Si vive attualmente una situazione delicata, conseguenza dell’accordo siglato nel 2018 tra le due nazioni. Quella che si sperava potesse essere un’intesa in grado di garantire pace e sviluppo alla regione, si sta infatti trasformando in un incubo per molti eritrei che non possono rientrare in patria, pena l’incarcerazione.     

Affamati ed esposti agli abusi

“Questa situazione e la chiusura di uno dei quattro campi profughi che ospita oltre 15.000 persone – spiega abba Mussie – ha prodotto molti profughi urbani senza nessuna forma di tutela senza diritti. Nel Tigrai (la regione settentrionale confinante con l’Eritrea) vagano migliaia di eritrei spesso ridotti alla fame, esposti a ogni forma di sfruttamento e abusi. Le persone più vulnerabili sono donne e minori, soprattutto minori non accompagnati molti abbandonati a sé stessi, con il rischio di finire vittime di predatori sessuali, riduzione a schiavitù lavorativo”.

 “Questa situazione sta aumentando la disperazione creando le condizioni per coloro che trafficano gli esseri umani, l’esodo verso Sudan e Libia va aumentando tutto a causa delle pessime condizioni di non accoglienza che trovano oggi in Etiopia”, continua abba Mussie.  Anche profughi giunti nei pressi dei centri urbani soffrono. Oltre alla perdita dei diritti devono far fronte anche alla pandemia e al costo della vita altissimo. Gli eritrei sono così vittime di sfruttamento, prostituzione e privazioni.    

 “Ci appelliamo al governo etiope affinché rispetti gli obblighi internazionali derivati dalla sua adesione alle convenzioni che tutelano i diritti di minori e diritti dei rifugiati”, conclude abba Mussie.

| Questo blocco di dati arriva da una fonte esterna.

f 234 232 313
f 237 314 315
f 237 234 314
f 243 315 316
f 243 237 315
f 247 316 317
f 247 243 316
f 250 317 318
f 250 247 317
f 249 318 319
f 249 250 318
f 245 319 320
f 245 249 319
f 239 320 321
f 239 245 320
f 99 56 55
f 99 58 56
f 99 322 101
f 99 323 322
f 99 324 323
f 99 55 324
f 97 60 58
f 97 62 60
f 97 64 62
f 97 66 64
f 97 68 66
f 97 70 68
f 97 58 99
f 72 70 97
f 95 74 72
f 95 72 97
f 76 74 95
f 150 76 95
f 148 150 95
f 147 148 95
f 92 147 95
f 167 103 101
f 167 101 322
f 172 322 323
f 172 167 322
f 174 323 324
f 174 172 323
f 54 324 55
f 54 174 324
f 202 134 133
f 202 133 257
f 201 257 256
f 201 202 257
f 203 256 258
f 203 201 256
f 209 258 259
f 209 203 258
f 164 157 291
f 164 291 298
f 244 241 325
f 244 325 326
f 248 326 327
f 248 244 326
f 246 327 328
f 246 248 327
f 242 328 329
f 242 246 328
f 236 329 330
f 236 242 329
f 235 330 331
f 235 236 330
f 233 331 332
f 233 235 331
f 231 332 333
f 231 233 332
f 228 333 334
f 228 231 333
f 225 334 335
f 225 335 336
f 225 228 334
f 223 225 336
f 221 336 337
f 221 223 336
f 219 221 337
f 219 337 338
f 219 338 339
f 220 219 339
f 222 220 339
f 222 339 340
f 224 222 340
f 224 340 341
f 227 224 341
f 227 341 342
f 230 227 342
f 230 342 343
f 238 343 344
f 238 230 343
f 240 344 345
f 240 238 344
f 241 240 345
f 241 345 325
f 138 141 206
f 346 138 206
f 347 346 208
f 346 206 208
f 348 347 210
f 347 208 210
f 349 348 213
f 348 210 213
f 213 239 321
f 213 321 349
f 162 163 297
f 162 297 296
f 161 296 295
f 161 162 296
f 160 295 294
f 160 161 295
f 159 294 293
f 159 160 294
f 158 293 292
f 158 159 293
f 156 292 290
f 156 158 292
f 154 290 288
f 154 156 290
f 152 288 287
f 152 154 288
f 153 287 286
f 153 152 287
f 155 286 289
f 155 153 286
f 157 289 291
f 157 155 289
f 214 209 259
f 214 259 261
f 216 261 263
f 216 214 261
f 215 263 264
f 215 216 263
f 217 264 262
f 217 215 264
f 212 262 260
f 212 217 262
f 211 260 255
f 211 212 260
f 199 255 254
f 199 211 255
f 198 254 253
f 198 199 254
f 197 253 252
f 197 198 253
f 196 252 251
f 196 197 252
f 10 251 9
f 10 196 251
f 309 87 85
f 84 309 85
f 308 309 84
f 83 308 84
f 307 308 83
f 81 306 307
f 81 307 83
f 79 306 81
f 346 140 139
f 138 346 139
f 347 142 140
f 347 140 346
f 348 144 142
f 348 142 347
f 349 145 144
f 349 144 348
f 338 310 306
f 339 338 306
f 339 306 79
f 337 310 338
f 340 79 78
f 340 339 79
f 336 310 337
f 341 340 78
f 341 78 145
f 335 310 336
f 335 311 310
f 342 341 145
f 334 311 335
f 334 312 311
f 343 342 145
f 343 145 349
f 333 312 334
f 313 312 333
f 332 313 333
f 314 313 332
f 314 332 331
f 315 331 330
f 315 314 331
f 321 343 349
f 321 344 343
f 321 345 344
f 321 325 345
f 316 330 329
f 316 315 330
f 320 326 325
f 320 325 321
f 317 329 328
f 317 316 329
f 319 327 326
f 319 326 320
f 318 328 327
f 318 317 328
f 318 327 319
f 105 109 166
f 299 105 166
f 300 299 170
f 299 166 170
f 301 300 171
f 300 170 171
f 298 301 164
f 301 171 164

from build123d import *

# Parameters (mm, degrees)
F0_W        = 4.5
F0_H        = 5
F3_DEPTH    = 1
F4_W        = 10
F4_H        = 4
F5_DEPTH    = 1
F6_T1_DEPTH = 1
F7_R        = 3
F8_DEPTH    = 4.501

“Chiediamo all’Unione europea di investire risorse per rendere un’accoglienza dignitosa di questi profughi eritrei in Etiopia. Altrimenti l’esodo verso l’Europa aumenterà, con il triste conteggio di morti nel deserto e nel Mare Mediterraneo”.
 
L’analisi geopolitica

“Il punto è  – rimarca in una intervista ad Adnkronos Luca Puddu, della scuola superiore meridionale università Federico II Napoli 

che quello che Abiy Ahmed presenta come un confronto politico tra il governo federale e il Fronte Popolare di Liberazione del Tigré, che era il partito di governo uscente, rischia di diventare un vero e proprio conflitto interetnico e dunque non risolversi semplicemente con una eventuale sconfitta militare del Fronte Popolare. E’ di ieri la notizia che il partito tigrino ha ordinato la totale mobilitazione della popolazione. Il Fronte Popolare gode di un ampio consenso sul territorio”, nota Puddu, aggiungendo che ormai si va affermando “una retorica di scontro interetnico”. “Il rischio – prosegue lo studioso – è di creare delle fratture all’interno della società etiopica, sicuramente per quanto riguarda i rapporti con la società tigrina, fratture che si potrebbero ripercuotere anche sui rapporti fra il governo federale e altre costituenti etniche nel sud del paese, che vedono con apprensione le tendenze centralizzatrici del primo ministro e che potrebbero decidere di portare il conflitto politico su un piano militare”.

Il conflitto, avverte Puddu, rischia inoltre di aggravare la situazione umanitaria in una regione, quella del Tigré, dove vi è già “una crisi alimentare a causa dell’invasione di locuste che ha interessato la regione del Corno d’Africa negli ultimi mesi”.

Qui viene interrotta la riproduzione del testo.